Copy nothing from the entries below except the lines from the one containing "f 241 242 243" through the one containing "f 344 244 341", and copy those exactly.
--*--
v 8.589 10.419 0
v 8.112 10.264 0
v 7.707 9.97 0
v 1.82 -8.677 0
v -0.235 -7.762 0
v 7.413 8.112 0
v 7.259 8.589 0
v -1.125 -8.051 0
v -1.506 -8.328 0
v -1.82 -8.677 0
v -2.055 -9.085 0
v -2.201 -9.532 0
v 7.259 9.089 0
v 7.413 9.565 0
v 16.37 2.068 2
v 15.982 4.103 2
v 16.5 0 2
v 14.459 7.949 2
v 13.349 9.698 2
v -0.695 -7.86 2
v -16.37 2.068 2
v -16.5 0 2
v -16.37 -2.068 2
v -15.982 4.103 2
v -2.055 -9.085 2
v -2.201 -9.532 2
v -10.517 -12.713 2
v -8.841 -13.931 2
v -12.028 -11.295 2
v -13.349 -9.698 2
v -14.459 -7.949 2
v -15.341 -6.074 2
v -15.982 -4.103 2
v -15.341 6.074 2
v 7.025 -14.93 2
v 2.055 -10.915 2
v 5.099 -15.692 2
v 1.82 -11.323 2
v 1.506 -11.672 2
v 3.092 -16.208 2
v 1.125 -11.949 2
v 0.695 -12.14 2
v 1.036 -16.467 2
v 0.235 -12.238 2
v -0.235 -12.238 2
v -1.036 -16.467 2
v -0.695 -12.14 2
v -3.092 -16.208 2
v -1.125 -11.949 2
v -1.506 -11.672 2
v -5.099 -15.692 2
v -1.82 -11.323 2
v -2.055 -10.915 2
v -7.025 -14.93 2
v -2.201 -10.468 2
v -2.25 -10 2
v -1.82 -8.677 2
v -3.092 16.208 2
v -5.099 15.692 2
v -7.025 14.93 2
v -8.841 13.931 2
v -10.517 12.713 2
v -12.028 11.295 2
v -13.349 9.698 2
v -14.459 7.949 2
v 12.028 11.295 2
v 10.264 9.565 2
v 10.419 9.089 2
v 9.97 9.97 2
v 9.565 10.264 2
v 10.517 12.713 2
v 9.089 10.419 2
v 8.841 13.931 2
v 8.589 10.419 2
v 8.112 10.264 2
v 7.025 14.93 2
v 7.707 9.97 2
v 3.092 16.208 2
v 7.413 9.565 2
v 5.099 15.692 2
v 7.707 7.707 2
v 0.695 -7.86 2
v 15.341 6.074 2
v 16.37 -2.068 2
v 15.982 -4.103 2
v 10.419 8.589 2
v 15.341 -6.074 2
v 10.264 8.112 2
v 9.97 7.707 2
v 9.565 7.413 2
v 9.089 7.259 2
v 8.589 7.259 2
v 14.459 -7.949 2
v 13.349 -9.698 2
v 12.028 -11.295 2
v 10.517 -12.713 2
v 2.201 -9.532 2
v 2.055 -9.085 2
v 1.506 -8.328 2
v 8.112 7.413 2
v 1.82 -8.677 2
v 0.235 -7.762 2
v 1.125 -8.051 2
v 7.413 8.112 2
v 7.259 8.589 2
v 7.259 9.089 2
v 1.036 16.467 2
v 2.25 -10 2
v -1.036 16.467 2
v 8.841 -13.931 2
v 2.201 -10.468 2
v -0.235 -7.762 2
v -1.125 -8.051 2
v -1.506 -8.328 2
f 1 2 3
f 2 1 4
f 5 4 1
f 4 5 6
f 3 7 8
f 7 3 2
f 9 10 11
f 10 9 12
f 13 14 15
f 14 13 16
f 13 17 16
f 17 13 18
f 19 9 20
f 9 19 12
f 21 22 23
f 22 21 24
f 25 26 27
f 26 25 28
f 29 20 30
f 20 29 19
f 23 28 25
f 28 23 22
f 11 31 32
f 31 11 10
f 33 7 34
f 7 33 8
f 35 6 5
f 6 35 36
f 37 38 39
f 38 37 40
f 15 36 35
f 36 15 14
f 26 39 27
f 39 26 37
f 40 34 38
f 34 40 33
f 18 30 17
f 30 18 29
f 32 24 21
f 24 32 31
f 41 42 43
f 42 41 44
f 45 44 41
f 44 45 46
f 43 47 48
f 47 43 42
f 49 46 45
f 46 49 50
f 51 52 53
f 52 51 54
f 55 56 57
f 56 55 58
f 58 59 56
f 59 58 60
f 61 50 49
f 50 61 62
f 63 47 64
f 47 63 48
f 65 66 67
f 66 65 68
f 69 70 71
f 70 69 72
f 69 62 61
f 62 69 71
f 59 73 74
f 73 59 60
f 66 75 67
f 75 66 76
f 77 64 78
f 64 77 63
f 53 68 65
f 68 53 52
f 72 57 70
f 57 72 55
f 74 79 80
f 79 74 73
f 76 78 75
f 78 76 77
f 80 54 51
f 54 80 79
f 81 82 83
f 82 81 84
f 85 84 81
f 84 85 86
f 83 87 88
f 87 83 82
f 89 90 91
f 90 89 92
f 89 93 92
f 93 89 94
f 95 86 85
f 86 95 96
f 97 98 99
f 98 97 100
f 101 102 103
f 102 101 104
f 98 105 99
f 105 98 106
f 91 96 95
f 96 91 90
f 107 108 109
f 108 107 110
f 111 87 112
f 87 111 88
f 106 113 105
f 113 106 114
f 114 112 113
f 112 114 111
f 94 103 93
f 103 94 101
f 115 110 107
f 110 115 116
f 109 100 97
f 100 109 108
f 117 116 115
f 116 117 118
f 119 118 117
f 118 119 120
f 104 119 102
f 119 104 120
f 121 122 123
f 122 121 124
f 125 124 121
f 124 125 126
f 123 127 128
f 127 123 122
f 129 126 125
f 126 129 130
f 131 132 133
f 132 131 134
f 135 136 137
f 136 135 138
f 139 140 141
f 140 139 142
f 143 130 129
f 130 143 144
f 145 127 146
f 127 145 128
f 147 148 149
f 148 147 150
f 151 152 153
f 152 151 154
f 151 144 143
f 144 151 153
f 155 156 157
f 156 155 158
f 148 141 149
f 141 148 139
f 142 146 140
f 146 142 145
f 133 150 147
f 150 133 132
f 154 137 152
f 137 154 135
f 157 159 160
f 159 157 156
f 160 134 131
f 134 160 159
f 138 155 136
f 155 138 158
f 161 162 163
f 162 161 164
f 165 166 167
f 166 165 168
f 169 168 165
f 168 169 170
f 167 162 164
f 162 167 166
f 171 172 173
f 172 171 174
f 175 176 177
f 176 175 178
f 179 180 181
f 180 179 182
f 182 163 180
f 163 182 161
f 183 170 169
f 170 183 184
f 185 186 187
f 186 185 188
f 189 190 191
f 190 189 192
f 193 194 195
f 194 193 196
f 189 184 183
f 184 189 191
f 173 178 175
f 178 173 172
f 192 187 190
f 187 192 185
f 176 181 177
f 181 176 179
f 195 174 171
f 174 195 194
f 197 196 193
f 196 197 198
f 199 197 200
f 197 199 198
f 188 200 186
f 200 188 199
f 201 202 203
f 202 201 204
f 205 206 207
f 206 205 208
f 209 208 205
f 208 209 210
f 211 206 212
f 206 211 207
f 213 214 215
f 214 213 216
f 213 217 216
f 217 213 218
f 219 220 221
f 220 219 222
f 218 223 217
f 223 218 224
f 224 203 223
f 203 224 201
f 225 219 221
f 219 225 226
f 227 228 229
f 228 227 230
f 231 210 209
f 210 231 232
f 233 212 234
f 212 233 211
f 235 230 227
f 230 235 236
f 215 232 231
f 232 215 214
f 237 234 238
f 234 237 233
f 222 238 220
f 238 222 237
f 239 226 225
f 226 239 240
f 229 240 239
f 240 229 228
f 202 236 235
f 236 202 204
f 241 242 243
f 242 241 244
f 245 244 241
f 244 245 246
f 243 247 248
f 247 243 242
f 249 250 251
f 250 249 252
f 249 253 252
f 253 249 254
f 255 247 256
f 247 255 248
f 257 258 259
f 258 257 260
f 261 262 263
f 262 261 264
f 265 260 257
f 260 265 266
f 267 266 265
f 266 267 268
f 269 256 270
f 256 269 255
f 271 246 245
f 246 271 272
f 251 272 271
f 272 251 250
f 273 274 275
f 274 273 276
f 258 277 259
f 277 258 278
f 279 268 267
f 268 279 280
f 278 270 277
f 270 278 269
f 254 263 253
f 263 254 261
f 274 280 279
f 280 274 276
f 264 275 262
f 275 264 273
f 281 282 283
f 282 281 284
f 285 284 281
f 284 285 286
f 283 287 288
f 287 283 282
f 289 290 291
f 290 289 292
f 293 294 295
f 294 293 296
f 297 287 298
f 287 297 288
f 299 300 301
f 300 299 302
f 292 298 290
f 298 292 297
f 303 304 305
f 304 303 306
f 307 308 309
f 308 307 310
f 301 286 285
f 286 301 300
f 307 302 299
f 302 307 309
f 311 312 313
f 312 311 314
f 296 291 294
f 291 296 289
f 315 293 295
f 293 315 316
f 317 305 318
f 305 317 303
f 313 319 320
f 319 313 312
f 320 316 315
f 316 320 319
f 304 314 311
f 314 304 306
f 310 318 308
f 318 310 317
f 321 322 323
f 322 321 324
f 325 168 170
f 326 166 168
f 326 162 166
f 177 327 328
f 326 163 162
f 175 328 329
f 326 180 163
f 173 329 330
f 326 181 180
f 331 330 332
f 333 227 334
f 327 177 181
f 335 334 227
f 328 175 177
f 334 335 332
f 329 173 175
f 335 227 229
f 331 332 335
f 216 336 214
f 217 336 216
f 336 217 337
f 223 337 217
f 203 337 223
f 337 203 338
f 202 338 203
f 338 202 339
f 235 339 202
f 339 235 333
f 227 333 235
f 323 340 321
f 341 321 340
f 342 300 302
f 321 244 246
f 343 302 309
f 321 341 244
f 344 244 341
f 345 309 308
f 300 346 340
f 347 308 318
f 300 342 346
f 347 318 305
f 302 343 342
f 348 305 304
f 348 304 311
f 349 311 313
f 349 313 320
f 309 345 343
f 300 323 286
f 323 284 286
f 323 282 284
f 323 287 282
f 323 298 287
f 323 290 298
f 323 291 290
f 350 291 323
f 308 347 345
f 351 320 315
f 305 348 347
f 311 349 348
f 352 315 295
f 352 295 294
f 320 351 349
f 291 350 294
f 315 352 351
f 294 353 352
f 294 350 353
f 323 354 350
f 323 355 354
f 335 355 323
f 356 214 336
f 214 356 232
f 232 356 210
--*--
## Your solution
f 241 242 243
f 242 241 244
f 245 244 241
f 244 245 246
f 243 247 248
f 247 243 242
f 249 250 251
f 250 249 252
f 249 253 252
f 253 249 254
f 255 247 256
f 247 255 248
f 257 258 259
f 258 257 260
f 261 262 263
f 262 261 264
f 265 260 257
f 260 265 266
f 267 266 265
f 266 267 268
f 269 256 270
f 256 269 255
f 271 246 245
f 246 271 272
f 251 272 271
f 272 251 250
f 273 274 275
f 274 273 276
f 258 277 259
f 277 258 278
f 279 268 267
f 268 279 280
f 278 270 277
f 270 278 269
f 254 263 253
f 263 254 261
f 274 280 279
f 280 274 276
f 264 275 262
f 275 264 273
f 281 282 283
f 282 281 284
f 285 284 281
f 284 285 286
f 283 287 288
f 287 283 282
f 289 290 291
f 290 289 292
f 293 294 295
f 294 293 296
f 297 287 298
f 287 297 288
f 299 300 301
f 300 299 302
f 292 298 290
f 298 292 297
f 303 304 305
f 304 303 306
f 307 308 309
f 308 307 310
f 301 286 285
f 286 301 300
f 307 302 299
f 302 307 309
f 311 312 313
f 312 311 314
f 296 291 294
f 291 296 289
f 315 293 295
f 293 315 316
f 317 305 318
f 305 317 303
f 313 319 320
f 319 313 312
f 320 316 315
f 316 320 319
f 304 314 311
f 314 304 306
f 310 318 308
f 318 310 317
f 321 322 323
f 322 321 324
f 325 168 170
f 326 166 168
f 326 162 166
f 177 327 328
f 326 163 162
f 175 328 329
f 326 180 163
f 173 329 330
f 326 181 180
f 331 330 332
f 333 227 334
f 327 177 181
f 335 334 227
f 328 175 177
f 334 335 332
f 329 173 175
f 335 227 229
f 331 332 335
f 216 336 214
f 217 336 216
f 336 217 337
f 223 337 217
f 203 337 223
f 337 203 338
f 202 338 203
f 338 202 339
f 235 339 202
f 339 235 333
f 227 333 235
f 323 340 321
f 341 321 340
f 342 300 302
f 321 244 246
f 343 302 309
f 321 341 244
f 344 244 341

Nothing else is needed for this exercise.